Tier 2: Preprints (0.50)

Important: Preprints are NOT automatically credible - they have not undergone peer review.

Domain	Base Score	Reason
`arxiv.org`	0.50	ArXiv preprint (NOT peer-reviewed)
`biorxiv.org`	0.50	bioRxiv preprint (NOT peer-reviewed)
`medrxiv.org`	0.50	medRxiv preprint (NOT peer-reviewed)
`doi:`	0.65	Has DOI (may be peer-reviewed)

Tier 3: Government Sources (0.75-0.85)

Domain	Base Score	Reason
`.gov`	0.85	Government source
`.edu`	0.75	Educational institution
`europa.eu`	0.80	European Union
`un.org`	0.80	United Nations

Tier 4: Curated News (0.75)

Domain	Base Score	Reason
`newsroom:`	0.75	Asoba curated newsroom
`asoba.co/newsroom`	0.75	Asoba newsroom

Tier 5: Major News (0.60-0.70)

Domain	Base Score	Reason
`reuters.com`	0.70	Reuters (news wire)
`bloomberg.com`	0.70	Bloomberg (financial news)
`apnews.com`	0.70	Associated Press
`bbc.com`	0.65	BBC News
`wsj.com`	0.65	Wall Street Journal

Tier 6: General Web (0.25-0.40)

Domain	Base Score	Reason
`medium.com`	0.40	Blog platform
`substack.com`	0.40	Newsletter platform
`reddit.com`	0.25	User-generated content

Unknown Sources (0.50)

Sources not matching any known domain receive a base score of 0.50.

Citation Modifier

The number of citations a source has received affects its credibility:

Citation Count	Modifier	Effect
0	0.80	-20% (no citations)
1-9	0.90	-10% (few citations)
10-99	1.00	No change
100-999	1.10	+10% (well-cited)
1000+	1.20	+20% (highly cited)

Logarithmic scaling: More citations = higher credibility, but with diminishing returns.

Cross-Reference Modifier

When multiple sources agree on a claim, credibility increases:

Agreement Count	Modifier	Effect
1 (single source)	0.90	-10% (unverified)
2-3 sources	1.00	No change
4-6 sources	1.10	+10% (corroborated)
7+ sources	1.15	+15% (consensus)

Cross-referencing: Claims supported by multiple independent sources are more reliable.

Override Checks

Predatory Publishers

Sources from known predatory publishers are automatically assigned a score of 0.20 regardless of other factors.

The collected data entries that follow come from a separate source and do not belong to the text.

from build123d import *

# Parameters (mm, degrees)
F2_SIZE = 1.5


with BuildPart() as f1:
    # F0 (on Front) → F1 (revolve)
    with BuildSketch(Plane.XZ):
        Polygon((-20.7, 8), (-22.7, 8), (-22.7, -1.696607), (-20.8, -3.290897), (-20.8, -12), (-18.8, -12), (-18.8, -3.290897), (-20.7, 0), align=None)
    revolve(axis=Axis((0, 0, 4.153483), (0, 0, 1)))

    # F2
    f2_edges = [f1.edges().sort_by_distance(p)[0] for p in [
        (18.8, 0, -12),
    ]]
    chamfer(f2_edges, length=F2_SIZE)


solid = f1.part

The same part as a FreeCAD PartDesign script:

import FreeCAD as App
import Part
import Sketcher

V = App.Vector
Q = App.Units.Quantity


def edges_at(feature, points):
    """Names of the edges that pass closest to the given points."""
    edges = feature.Shape.Edges
    near = lambda p: min(range(len(edges)), key=lambda i: edges[i].distToShape(Part.Vertex(*p))[0])
    return sorted({f"Edge{near(p) + 1}" for p in points})


def add_polygon(sketch, points):
    """Adds a closed chain of lines whose ends are joined by coincident constraints."""
    first, n = sketch.GeometryCount, len(points)
    for a, b in zip(points, points[1:] + points[:1]):
        sketch.addGeometry(Part.LineSegment(App.Vector(*a, 0), App.Vector(*b, 0)), False)
    for i in range(n):
        sketch.addConstraint(Sketcher.Constraint("Coincident", first + i, 2, first + (i + 1) % n, 1))

doc = App.newDocument("Part")
body = doc.addObject("PartDesign::Body", "Body")

# Sketch on XZ plane
sketch1 = doc.addObject("Sketcher::SketchObject", "Sketch")
body.addObject(sketch1)
sketch1.AttachmentSupport = (doc.XZ_Plane, [""])
sketch1.MapMode = "FlatFace"
add_polygon(sketch1, [(-20.7, 8), (-22.7, 8), (-22.7, -1.7), (-20.8, -3.3), (-20.8, -12), (-18.8, -12), (-18.8, -3.3), (-20.7, 0)])  # lines 0-7
sketch1.addConstraint([
    Sketcher.Constraint("Horizontal", 0),
    Sketcher.Constraint("Vertical", 1),
    Sketcher.Constraint("Vertical", 3),
    Sketcher.Constraint("Horizontal", 4),
    Sketcher.Constraint("Vertical", 5),
    Sketcher.Constraint("Vertical", 7),
    Sketcher.Constraint("PointOnObject", 6, 2, -1),
    Sketcher.Constraint("Horizontal", 2, 2, 5, 2),
    Sketcher.Constraint("Equal", 0, 4),
    Sketcher.Constraint("DistanceX", 0, 2, 0, 1, Q("2 mm")),
    Sketcher.Constraint("DistanceY", 7, 1, 7, 2, Q("8 mm")),
    Sketcher.Constraint("Angle", 2, Q("-40.000012 deg")),
    Sketcher.Constraint("Angle", 6, Q("119.999996 deg")),
    Sketcher.Constraint("DistanceY", 3, 2, -1, 1, Q("12 mm")),
    Sketcher.Constraint("Distance", 6, Q("3.8 mm")),
    Sketcher.Constraint("DistanceX", 0, 2, -1, 1, Q("22.7 mm")),
])
revolution = doc.addObject("PartDesign::Revolution", "Revolution")
body.addObject(revolution)
revolution.Profile = sketch1
revolution.ReferenceAxis = (sketch1, ["V_Axis"])
revolution.Angle = 360
doc.recompute()

chamfer = doc.addObject("PartDesign::Chamfer", "Chamfer")
body.addObject(chamfer)
chamfer.Base = (revolution, edges_at(revolution, [(18.8, 0, -12)]))
chamfer.Size = 1.5

doc.recompute()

Known predatory publishers:

scirp.org
waset.org
omicsonline.org
hilarispublisher.com
austinpublishinggroup.com
crimsonpublishers.com
lupinepublishers.com

Retracted Papers

Papers that have been retracted are assigned a score of 0.0.

Known retractions include:

Wakefield MMR-autism paper (10.1016/S0140-6736(97)11096-0) - retracted 2010

Score Interpretation

High Credibility (0.70-0.95)

Peer-reviewed academic journals
Well-cited papers
Government sources
Multiple source agreement

Use these sources with confidence.

Medium Credibility (0.40-0.70)

Preprints (awaiting peer review)
Reputable news sources
Moderately cited papers
Limited cross-referencing

Verify claims from these sources when possible.

Low Credibility (0.00-0.40)

Unverified sources
User-generated content
Predatory publishers
Low citation counts

Treat claims from these sources with skepticism.

Example Calculations

Example 1: Nature Paper with High Citations

Source: Nature journal article
Base Score: 0.85 (Nature = high impact)
Citations: 500
Cross-references: 4 sources agree

Calculation:
- Citation modifier: 1.10 (100-999 citations)
- Cross-ref modifier: 1.10 (4-6 sources)
- Final: min(0.95, 0.85 × 1.10 × 1.10) = 0.95

Breakdown: Base: 0.85 (Nature journal) | Citations: 1.10x (500 cites) | Cross-refs: 1.10x (4 sources) → 0.95

Example 2: ArXiv Preprint

Source: arXiv preprint
Base Score: 0.50 (preprint, NOT peer-reviewed)
Citations: 5
Cross-references: 1 source

Calculation:
- Citation modifier: 0.90 (1-9 citations)
- Cross-ref modifier: 0.90 (single source)
- Final: min(0.95, 0.50 × 0.90 × 0.90) = 0.405

Breakdown: Base: 0.50 (ArXiv preprint) | Citations: 0.90x (5 cites) | Cross-refs: 0.90x (1 source) → 0.41

Example 3: Well-Cited Government Report

Source: .gov domain
Base Score: 0.85 (government)
Citations: 1500
Cross-references: 8 sources agree

Calculation:
- Citation modifier: 1.20 (1000+ citations)
- Cross-ref modifier: 1.15 (7+ sources)
- Final: min(0.95, 0.85 × 1.20 × 1.15) = 0.95 (capped)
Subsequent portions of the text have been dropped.